Nel merito non ho ovviamente elementi ma voglio dire, il fatto che ormai le elezioni si basino largamente su una simulazione e quindi anche sui brogli, è purtroppo divenuta una costante, basta vedere come è stato eletto il Presidente degli Stati Uniti alla sua prima elezione….
….i brogli della Florida….
…..i brogli della Florida del cui Stato era Governatore il fratello, per cui siamo ai giochi in famiglia delle dinastie e quindi non mi meraviglierei; probabilmente, però, il broglio doveva essere di tale entità che hanno avuto paura e si sono dovuti fermare.
“Formidabili quegli anni”, uno dei primi libri che ho letto sul ’68…
….e sei sopravvissuto? (ride)
Lo scriverebbe ancora Mario Capanna e quale pubblico avrebbe oggi?
Guarda, la cosa che mi ha colpito è che proprio in questi giorni dei giovani di alcune assemblee nelle scuole alle quali di tanto in tanto sono invitato, mi dicevano: “Ma noi lo abbiamo cercato questo libro ma non si trova” e infatti è così e stiamo provvedendo ad una ristampa; quindi, il problema non è tanto se lo riscriverei oppure no, perché evidentemente era…

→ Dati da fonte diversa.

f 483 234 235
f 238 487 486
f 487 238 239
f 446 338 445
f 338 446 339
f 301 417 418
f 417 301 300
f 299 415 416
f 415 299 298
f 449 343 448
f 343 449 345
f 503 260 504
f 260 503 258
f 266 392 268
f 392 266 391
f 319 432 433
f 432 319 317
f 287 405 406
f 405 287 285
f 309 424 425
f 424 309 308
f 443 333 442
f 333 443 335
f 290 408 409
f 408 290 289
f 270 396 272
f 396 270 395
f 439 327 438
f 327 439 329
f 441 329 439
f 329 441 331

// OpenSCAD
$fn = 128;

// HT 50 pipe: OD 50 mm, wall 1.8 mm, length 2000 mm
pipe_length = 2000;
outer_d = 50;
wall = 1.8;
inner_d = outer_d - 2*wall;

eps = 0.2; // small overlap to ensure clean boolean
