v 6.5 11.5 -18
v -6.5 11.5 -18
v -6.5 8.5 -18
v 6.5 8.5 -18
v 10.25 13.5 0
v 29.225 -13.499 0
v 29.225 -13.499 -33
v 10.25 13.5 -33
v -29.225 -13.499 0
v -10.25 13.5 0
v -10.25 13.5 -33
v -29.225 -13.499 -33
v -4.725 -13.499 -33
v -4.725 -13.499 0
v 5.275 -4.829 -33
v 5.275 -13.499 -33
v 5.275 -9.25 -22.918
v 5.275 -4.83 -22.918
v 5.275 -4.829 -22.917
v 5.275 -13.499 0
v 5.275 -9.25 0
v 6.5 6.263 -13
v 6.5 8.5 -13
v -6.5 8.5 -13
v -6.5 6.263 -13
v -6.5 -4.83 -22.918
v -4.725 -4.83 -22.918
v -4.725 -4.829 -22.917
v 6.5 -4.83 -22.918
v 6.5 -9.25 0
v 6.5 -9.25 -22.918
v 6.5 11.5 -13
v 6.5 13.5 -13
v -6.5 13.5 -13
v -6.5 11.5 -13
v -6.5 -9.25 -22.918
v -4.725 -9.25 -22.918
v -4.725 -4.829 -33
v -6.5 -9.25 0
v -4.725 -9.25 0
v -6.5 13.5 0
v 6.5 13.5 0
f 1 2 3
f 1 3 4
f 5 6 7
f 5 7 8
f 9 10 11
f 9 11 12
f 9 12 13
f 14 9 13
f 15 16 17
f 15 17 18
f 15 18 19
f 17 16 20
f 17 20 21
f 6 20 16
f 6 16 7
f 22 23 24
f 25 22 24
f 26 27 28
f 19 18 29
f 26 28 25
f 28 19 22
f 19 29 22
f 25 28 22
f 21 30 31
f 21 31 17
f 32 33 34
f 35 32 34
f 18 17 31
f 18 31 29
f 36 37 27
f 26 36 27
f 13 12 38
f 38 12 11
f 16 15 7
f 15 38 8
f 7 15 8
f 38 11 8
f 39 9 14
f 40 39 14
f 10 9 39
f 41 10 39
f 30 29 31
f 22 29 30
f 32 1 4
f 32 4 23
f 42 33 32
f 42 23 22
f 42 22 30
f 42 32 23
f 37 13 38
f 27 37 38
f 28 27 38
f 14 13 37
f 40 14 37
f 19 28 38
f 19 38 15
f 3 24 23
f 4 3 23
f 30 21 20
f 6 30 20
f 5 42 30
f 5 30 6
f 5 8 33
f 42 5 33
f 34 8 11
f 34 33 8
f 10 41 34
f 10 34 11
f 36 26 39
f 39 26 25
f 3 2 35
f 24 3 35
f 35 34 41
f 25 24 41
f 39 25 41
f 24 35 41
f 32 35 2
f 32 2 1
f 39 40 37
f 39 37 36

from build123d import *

# Parameters (mm, degrees)
F1_DEPTH  = 33
F2_W      = 13
F2_H      = 13
F3_DEPTH  = 22.75
F4_W      = 10
F4_H      = 8.67
F5_DEPTH  = 33
F6_W      = 13
F6_H      = 3
F7_DEPTH  = 5
F9_DEPTH  = 6.5
F10_DEPTH = 6.5


with BuildPart() as f1:
    # F0 (on Top) → F1 (new body)
    with BuildSketch(Plane.XY):
        Polygon((-10.25, 13.49995), (-29.225, -13.498744), (29.225, -13.498744), (10.25, 13.49995), align=None)
    extrude(amount=-F1_DEPTH)

    # F2 (on face) → F3 (cut)
    with BuildSketch(Plane(origin=(0, 13.49995, 0), x_dir=(-1, 0, 0), z_dir=(0, 1, 0))):
        with Locations((0, -6.5)):
            Rectangle(F2_W, F2_H)
    extrude(amount=-F3_DEPTH, mode=Mode.SUBTRACT)

    # F4 (on face) → F5 (cut)
    with BuildSketch(Plane.XY):
        with Locations((0.275, -9.163744)):
            Rectangle(F4_W, F4_H)
    extrude(amount=-F5_DEPTH, mode=Mode.SUBTRACT)

    # F6 (on face) → F7 (cut)
    with BuildSketch(Plane.XY.offset(-13)):
        with Locations((0, 9.99995)):
            Rectangle(F6_W, F6_H)
    extrude(amount=-F7_DEPTH, mode=Mode.SUBTRACT)

    # F8 (on Right) → F9 (cut)
    with BuildSketch(Plane.YZ):
        Polygon((-4.83005, -22.918396), (8.49995, -11), (-9.25005, -11), (-9.25005, -22.918396), align=None)
    extrude(amount=-F9_DEPTH, mode=Mode.SUBTRACT)

    # F8 (on Right) → F10 (cut)
    with BuildSketch(Plane.YZ):
        Polygon((-4.83005, -22.918396), (8.49995, -11), (-9.25005, -11), (-9.25005, -22.918396), align=None)
    extrude(amount=F10_DEPTH, mode=Mode.SUBTRACT)


solid = f1.part
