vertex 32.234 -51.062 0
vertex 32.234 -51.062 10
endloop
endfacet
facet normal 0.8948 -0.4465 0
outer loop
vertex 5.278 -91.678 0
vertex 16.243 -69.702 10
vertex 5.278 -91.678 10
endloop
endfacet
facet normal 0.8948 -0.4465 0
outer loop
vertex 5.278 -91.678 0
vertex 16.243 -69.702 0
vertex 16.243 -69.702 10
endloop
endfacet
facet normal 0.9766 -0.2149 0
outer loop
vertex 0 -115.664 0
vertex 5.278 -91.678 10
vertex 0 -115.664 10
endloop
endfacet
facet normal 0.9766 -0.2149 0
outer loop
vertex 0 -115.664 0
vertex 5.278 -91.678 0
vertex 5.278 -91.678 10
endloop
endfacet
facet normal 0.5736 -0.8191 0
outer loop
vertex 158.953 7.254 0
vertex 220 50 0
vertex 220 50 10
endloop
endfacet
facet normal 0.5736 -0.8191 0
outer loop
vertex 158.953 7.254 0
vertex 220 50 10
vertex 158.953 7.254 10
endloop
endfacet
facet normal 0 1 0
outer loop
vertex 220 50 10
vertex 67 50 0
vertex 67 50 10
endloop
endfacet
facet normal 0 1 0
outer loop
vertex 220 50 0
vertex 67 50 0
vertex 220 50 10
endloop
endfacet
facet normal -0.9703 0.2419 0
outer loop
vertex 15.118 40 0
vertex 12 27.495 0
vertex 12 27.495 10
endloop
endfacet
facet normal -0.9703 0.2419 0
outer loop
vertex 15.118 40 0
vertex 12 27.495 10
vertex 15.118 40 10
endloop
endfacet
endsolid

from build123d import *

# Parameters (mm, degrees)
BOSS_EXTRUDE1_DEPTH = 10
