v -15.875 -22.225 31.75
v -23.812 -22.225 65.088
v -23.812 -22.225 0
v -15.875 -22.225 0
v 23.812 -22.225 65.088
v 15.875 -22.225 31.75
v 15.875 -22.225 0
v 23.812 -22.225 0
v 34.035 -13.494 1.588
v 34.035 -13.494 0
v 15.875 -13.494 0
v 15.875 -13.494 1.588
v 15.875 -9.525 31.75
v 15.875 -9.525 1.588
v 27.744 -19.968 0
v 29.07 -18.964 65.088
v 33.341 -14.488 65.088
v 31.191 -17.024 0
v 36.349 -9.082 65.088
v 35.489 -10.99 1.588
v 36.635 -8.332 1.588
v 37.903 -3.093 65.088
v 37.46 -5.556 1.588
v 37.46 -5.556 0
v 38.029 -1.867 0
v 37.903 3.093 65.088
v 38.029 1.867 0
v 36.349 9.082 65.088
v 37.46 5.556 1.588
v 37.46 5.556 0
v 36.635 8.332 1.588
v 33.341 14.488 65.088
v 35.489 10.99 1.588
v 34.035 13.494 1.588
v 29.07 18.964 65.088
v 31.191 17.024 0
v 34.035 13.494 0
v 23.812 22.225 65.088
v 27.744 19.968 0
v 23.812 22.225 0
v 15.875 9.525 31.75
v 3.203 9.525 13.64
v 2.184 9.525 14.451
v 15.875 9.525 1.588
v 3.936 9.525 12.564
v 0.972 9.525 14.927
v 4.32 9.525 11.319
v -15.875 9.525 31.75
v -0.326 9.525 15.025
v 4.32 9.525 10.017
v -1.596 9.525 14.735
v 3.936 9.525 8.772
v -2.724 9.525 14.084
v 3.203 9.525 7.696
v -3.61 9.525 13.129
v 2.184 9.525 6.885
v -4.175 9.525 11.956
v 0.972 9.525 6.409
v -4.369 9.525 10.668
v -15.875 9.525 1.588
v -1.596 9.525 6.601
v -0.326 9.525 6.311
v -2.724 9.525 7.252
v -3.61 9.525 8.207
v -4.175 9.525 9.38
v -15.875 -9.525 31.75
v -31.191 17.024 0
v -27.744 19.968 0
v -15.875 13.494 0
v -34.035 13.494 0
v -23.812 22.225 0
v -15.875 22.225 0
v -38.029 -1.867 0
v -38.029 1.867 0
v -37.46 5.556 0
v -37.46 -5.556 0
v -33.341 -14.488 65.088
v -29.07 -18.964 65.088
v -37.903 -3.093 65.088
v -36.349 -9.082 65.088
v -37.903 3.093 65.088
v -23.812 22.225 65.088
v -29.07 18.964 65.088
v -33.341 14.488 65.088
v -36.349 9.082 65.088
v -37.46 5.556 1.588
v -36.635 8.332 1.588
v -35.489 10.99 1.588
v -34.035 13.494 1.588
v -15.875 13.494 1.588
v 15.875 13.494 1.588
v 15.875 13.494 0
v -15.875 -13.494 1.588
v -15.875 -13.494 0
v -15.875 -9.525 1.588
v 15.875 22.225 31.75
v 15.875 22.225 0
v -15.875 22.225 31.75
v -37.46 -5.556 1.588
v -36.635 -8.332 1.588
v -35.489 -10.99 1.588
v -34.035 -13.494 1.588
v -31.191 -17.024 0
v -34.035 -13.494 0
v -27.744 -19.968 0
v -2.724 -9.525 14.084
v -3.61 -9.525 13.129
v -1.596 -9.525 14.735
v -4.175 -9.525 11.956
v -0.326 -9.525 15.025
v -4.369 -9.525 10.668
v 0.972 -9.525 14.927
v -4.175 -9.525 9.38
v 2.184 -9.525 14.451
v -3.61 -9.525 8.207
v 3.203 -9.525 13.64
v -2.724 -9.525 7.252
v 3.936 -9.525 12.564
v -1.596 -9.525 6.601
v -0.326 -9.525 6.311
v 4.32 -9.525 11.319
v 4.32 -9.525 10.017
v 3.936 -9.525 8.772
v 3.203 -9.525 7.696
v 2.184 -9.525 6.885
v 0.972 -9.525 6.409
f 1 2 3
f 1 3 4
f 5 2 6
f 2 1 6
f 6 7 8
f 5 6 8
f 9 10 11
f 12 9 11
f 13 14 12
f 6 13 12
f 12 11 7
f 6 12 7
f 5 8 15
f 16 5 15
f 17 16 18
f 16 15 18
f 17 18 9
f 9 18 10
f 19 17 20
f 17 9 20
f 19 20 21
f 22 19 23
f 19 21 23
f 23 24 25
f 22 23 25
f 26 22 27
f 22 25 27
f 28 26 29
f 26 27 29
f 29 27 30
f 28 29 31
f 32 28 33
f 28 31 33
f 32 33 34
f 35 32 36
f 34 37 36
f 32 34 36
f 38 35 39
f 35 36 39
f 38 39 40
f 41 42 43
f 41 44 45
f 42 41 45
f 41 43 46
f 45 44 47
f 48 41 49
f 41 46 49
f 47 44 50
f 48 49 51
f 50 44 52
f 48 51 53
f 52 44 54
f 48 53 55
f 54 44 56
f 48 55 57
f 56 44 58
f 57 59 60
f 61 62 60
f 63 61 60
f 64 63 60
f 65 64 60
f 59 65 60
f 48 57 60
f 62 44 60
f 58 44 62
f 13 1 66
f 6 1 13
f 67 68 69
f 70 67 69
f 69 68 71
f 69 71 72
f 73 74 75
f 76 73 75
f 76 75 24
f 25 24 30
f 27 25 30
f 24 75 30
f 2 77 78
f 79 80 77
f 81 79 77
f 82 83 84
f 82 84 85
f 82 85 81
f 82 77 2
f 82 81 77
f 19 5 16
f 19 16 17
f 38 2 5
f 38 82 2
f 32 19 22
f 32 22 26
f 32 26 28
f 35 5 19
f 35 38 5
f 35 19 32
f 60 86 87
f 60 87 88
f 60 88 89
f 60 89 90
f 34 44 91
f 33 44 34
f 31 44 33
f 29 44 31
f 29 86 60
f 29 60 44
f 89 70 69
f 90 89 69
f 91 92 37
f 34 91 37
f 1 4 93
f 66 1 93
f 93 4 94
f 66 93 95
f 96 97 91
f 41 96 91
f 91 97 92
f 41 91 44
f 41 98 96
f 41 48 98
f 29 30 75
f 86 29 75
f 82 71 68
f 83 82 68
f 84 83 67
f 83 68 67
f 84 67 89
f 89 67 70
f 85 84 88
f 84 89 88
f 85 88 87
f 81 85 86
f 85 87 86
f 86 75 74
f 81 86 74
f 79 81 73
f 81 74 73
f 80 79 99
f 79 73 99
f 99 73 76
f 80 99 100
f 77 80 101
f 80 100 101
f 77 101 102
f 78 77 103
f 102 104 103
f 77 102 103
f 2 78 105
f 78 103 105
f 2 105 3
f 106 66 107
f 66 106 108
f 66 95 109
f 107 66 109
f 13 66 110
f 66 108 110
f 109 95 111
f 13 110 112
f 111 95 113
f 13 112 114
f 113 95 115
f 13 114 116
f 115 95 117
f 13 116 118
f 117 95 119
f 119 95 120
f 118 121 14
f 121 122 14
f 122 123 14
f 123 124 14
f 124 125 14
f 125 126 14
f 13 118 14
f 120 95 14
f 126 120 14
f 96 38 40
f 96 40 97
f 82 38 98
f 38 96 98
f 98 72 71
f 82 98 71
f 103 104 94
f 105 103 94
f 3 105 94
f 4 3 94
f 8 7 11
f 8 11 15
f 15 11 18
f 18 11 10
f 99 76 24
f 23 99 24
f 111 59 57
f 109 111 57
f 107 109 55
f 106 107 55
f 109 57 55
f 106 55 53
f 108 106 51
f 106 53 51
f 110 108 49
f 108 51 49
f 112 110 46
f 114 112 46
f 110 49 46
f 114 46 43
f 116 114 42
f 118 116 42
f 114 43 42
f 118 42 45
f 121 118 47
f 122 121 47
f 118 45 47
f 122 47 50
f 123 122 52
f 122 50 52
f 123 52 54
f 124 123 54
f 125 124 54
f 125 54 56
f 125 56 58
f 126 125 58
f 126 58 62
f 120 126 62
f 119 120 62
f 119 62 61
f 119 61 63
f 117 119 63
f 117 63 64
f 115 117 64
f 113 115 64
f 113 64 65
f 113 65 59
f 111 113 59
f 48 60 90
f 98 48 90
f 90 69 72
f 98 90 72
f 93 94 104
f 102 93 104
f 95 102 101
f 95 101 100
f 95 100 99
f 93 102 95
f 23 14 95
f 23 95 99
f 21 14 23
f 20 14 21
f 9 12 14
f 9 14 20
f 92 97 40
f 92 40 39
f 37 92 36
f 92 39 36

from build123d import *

# Parameters (mm, degrees)
F1_DEPTH = 65.0875
F2_W     = 31.75
F2_H     = 8.73125
F3_DEPTH = 31.75
F4_DEPTH = 1.5875
F6_D     = 8.7376


with BuildPart() as f1:
    # F0 (on Top) → F1 (new body)
    with BuildSketch(Plane.XY):
        with BuildLine():
            ThreePointArc((-23.8125, 22.225), (-38.1, 0), (-23.8125, -22.225))
            Line((-23.8125, -22.225), (23.8125, -22.225))
            ThreePointArc((23.8125, -22.225), (38.1, 0), (23.8125, 22.225))
            Line((23.8125, 22.225), (-23.8125, 22.225))
        make_face()
    extrude(amount=F1_DEPTH)

    # F2 (on face) → F3 (cut)
    with BuildSketch(Plane(origin=(0, 0, 0), x_dir=(1, 0, 0), z_dir=(0, 0, -1))):
        with Locations((0, 17.859375)):
            Rectangle(F2_W, F2_H)
        Polygon((15.875, 13.49375), (-15.875, 13.49375), (-15.875, 9.525), (0, 9.525), (15.875, 9.525), align=None)
        with Locations((0, -17.859375)):
            Rectangle(F2_W, F2_H)
        Polygon((-15.875, -9.525), (-15.875, -13.49375), (15.875, -13.49375), (15.875, -9.525), (0, -9.525), align=None)
    extrude(amount=-F3_DEPTH, mode=Mode.SUBTRACT)

    # F2 (on face) → F4 (cut)
    with BuildSketch(Plane(origin=(0, 0, 0), x_dir=(1, 0, 0), z_dir=(0, 0, -1))):
        with BuildLine():
            Line((-15.875, 13.49375), (-34.0352272718, 13.49375))
            ThreePointArc((-34.0352272718, 13.49375), (-36.1013811244, 9.6776797674), (-37.4597626742, 5.55625))
            Line((-37.4597626742, 5.55625), (37.4597626742, 5.55625))
            ThreePointArc((37.4597626742, 5.55625), (36.1013811244, 9.6776797674), (34.0352272718, 13.49375))
            Line((34.0352272718, 13.49375), (15.875, 13.49375))
            Line((15.875, 13.49375), (15.875, 9.525))
            Line((15.875, 9.525), (0, 9.525))
            Line((0, 9.525), (-15.875, 9.525))
            Line((-15.875, 9.525), (-15.875, 13.49375))
        make_face()
        with BuildLine():
            Line((37.4597626742, -5.55625), (-37.4597626742, -5.55625))
            ThreePointArc((-37.4597626742, -5.55625), (-36.1013811244, -9.6776797674), (-34.0352272718, -13.49375))
            Line((-34.0352272718, -13.49375), (-15.875, -13.49375))
            Line((-15.875, -13.49375), (-15.875, -9.525))
            Line((-15.875, -9.525), (0, -9.525))
            Line((0, -9.525), (15.875, -9.525))
            Line((15.875, -9.525), (15.875, -13.49375))
            Line((15.875, -13.49375), (34.0352272718, -13.49375))
            ThreePointArc((34.0352272718, -13.49375), (36.1013811244, -9.6776797674), (37.4597626742, -5.55625))
        make_face()
    extrude(amount=-F4_DEPTH, mode=Mode.SUBTRACT)

    # F6 (through all)
    with Locations(Plane.XZ.offset(9.525)):
        with Locations((0, 10.668)):
            Hole(F6_D / 2)


solid = f1.part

….io posso dire la mia sul perché Mario Capanna lo riscriverebbe, perché a giudicare dalla fotografia del libro e da come è abbigliato oggi non è cambiato nulla!
(ride) E’ molto gentile da parte tua e mi rallegra molto; devo dire che mantiene una sua sostanziale validità, proprio perché fu scritto con sincerità, con spirito di verità, senza infingimenti, non tacendo errori, limiti e probabilmente è per questo che oggi viene ancora apprezzato.
E oggi Mario Capanna contro chi le lancerebbe le uova? Andrebbe ancora al teatro alla Scala o ci sono altri luoghi?
Tu sai che allora ci fu una ragione forte ed era che la polizia quattro giorni prima aveva sparato ad Avola uccidendo i braccianti quindi, non andammo alla Scala perché eravamo impazziti, c’era una ragione di fondo. Oggi le ragioni sono paradossalmente aumentate, aumentano le ingiustizie, aumenta l’iniquità della guerra, aumenta il seme della violenza e allora diciamo che bisogna usare uova di sostanza nuova, cioè produrre quel rinnovamento del modo di pensare per cui quanto prima possibile non ci sia più bisogno di lanciare uova su nessuno.
Tra il Vietnam di Nixon e l’Iraq di Bush, Mario Capanna che differenza vede?
C’è questa cosa agghiacciante che è riportata nel libro: questa orribile coazione a ripetere, cioè la più grande potenza della terra che a distanza di mezzo secolo si è imbarcata in due guerre catastrofiche sulla base di una menzogna analoga e questo francamente è inaccettabile ed è fonte di grande preoccupazione perché se non costruiamo i presupposti della coscienza globale, quindi di questa rivoluzione di pensiero, si è condannati a regredire nei pericoli contro l’umanità. Ormai, questo non è più sopportabile perché il mondo viene portato verso un vicolo cieco e quindi dobbiamo utilizzare questi terribili eventi traendo il positivo dal negativo, vedere la enormità di questi comportamenti e fare in modo che non proseguano per il futuro.
Mi sembra di capire, e questa è l’ultima domanda, che la politica non può più essere un viatico di cambiamento, ma il convogliare delle energie, delle vitalità attraverso la rete, è la via sempre più percorribile?
Sì, per rete intendendo internet!, però, nella rete circola anche una grande quantità di ciarpame, cioè di cose superficiali, detto questo però, non c’è dubbio che un uso avveduto, intelligente, critico di internet può diventare un elemento che favorisce la creazione di una rete umana del cambiamento; non è un caso che il movimento di Seattle nel 1999 nasce utilizzando intelligentemente internet; allora, senza conferire ad internet l’aspetto magico di risolvere tutto, in definitiva sono gli uomini che possono risolvere…..
….in definitiva c’è ancora bisogno della piazza?
…..indubbiamente, c’è l’agorà, cioè è lì che decidiamo il destino umano, discutendo guardandoci negli occhi, cioè a viso scoperto e internet non sempre consente questo.